**Work instruction:** The stretch from the line with "v -47.275 -23.776 0" through the line with "v -78.244 9.203 0" in the records below: write it out exactly, and nothing else.

**Input material:**
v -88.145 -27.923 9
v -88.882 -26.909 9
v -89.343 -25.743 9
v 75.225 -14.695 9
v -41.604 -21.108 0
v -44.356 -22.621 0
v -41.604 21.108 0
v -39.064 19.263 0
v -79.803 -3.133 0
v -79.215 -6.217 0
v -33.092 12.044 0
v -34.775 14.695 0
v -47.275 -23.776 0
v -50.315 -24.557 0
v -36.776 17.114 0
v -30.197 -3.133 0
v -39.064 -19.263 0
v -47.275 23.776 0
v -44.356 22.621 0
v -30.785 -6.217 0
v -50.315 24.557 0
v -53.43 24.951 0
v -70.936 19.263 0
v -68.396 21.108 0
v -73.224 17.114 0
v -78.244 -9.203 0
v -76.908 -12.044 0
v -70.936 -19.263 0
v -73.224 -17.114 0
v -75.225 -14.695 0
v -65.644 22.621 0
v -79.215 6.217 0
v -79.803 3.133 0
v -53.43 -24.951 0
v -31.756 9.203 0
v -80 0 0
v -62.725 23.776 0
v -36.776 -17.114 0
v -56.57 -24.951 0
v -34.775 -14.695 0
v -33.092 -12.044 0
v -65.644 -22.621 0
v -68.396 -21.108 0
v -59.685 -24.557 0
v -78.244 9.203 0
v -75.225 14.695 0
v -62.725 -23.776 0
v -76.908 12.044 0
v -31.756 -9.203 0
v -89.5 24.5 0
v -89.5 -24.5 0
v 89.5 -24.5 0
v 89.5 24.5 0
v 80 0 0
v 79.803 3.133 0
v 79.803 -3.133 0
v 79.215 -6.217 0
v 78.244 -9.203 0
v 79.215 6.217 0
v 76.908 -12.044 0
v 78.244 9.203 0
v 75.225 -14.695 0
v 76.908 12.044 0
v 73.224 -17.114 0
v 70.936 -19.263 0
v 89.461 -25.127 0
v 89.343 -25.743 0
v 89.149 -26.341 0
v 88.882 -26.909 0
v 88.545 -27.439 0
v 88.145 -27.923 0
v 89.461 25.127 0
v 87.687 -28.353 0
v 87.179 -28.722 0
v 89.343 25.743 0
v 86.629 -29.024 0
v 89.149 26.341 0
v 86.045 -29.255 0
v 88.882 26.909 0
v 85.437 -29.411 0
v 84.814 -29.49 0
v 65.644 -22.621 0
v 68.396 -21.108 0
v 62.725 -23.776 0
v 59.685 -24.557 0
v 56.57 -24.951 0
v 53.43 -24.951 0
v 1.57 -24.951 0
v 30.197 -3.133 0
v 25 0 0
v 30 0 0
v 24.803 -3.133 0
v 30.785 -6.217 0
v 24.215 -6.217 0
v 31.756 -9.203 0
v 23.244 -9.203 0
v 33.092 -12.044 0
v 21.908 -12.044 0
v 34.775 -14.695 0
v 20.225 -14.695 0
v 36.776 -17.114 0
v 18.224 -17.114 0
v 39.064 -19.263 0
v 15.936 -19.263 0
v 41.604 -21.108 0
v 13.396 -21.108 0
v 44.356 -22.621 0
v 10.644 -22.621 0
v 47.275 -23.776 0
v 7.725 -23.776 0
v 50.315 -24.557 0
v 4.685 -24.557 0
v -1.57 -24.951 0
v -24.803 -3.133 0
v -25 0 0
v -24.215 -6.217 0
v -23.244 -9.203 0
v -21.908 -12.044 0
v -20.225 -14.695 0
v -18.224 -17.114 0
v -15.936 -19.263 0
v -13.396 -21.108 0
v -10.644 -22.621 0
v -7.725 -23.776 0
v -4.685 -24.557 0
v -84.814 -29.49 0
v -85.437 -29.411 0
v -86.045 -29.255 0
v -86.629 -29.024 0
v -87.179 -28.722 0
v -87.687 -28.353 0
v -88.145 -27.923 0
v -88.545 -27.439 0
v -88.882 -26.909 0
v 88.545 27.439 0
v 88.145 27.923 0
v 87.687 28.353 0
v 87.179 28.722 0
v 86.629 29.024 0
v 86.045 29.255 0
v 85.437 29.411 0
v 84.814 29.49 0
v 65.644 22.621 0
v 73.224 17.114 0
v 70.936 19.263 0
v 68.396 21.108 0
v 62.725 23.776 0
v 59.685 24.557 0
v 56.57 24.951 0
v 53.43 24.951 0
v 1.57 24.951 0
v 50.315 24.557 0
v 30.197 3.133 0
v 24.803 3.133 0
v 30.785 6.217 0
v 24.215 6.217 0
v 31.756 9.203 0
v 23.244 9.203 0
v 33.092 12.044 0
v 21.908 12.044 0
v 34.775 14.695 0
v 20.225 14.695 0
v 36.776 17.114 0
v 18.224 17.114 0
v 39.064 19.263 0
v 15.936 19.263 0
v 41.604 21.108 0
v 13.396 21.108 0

**Completed task:**
v -47.275 -23.776 0
v -50.315 -24.557 0
v -36.776 17.114 0
v -30.197 -3.133 0
v -39.064 -19.263 0
v -47.275 23.776 0
v -44.356 22.621 0
v -30.785 -6.217 0
v -50.315 24.557 0
v -53.43 24.951 0
v -70.936 19.263 0
v -68.396 21.108 0
v -73.224 17.114 0
v -78.244 -9.203 0
v -76.908 -12.044 0
v -70.936 -19.263 0
v -73.224 -17.114 0
v -75.225 -14.695 0
v -65.644 22.621 0
v -79.215 6.217 0
v -79.803 3.133 0
v -53.43 -24.951 0
v -31.756 9.203 0
v -80 0 0
v -62.725 23.776 0
v -36.776 -17.114 0
v -56.57 -24.951 0
v -34.775 -14.695 0
v -33.092 -12.044 0
v -65.644 -22.621 0
v -68.396 -21.108 0
v -59.685 -24.557 0
v -78.244 9.203 0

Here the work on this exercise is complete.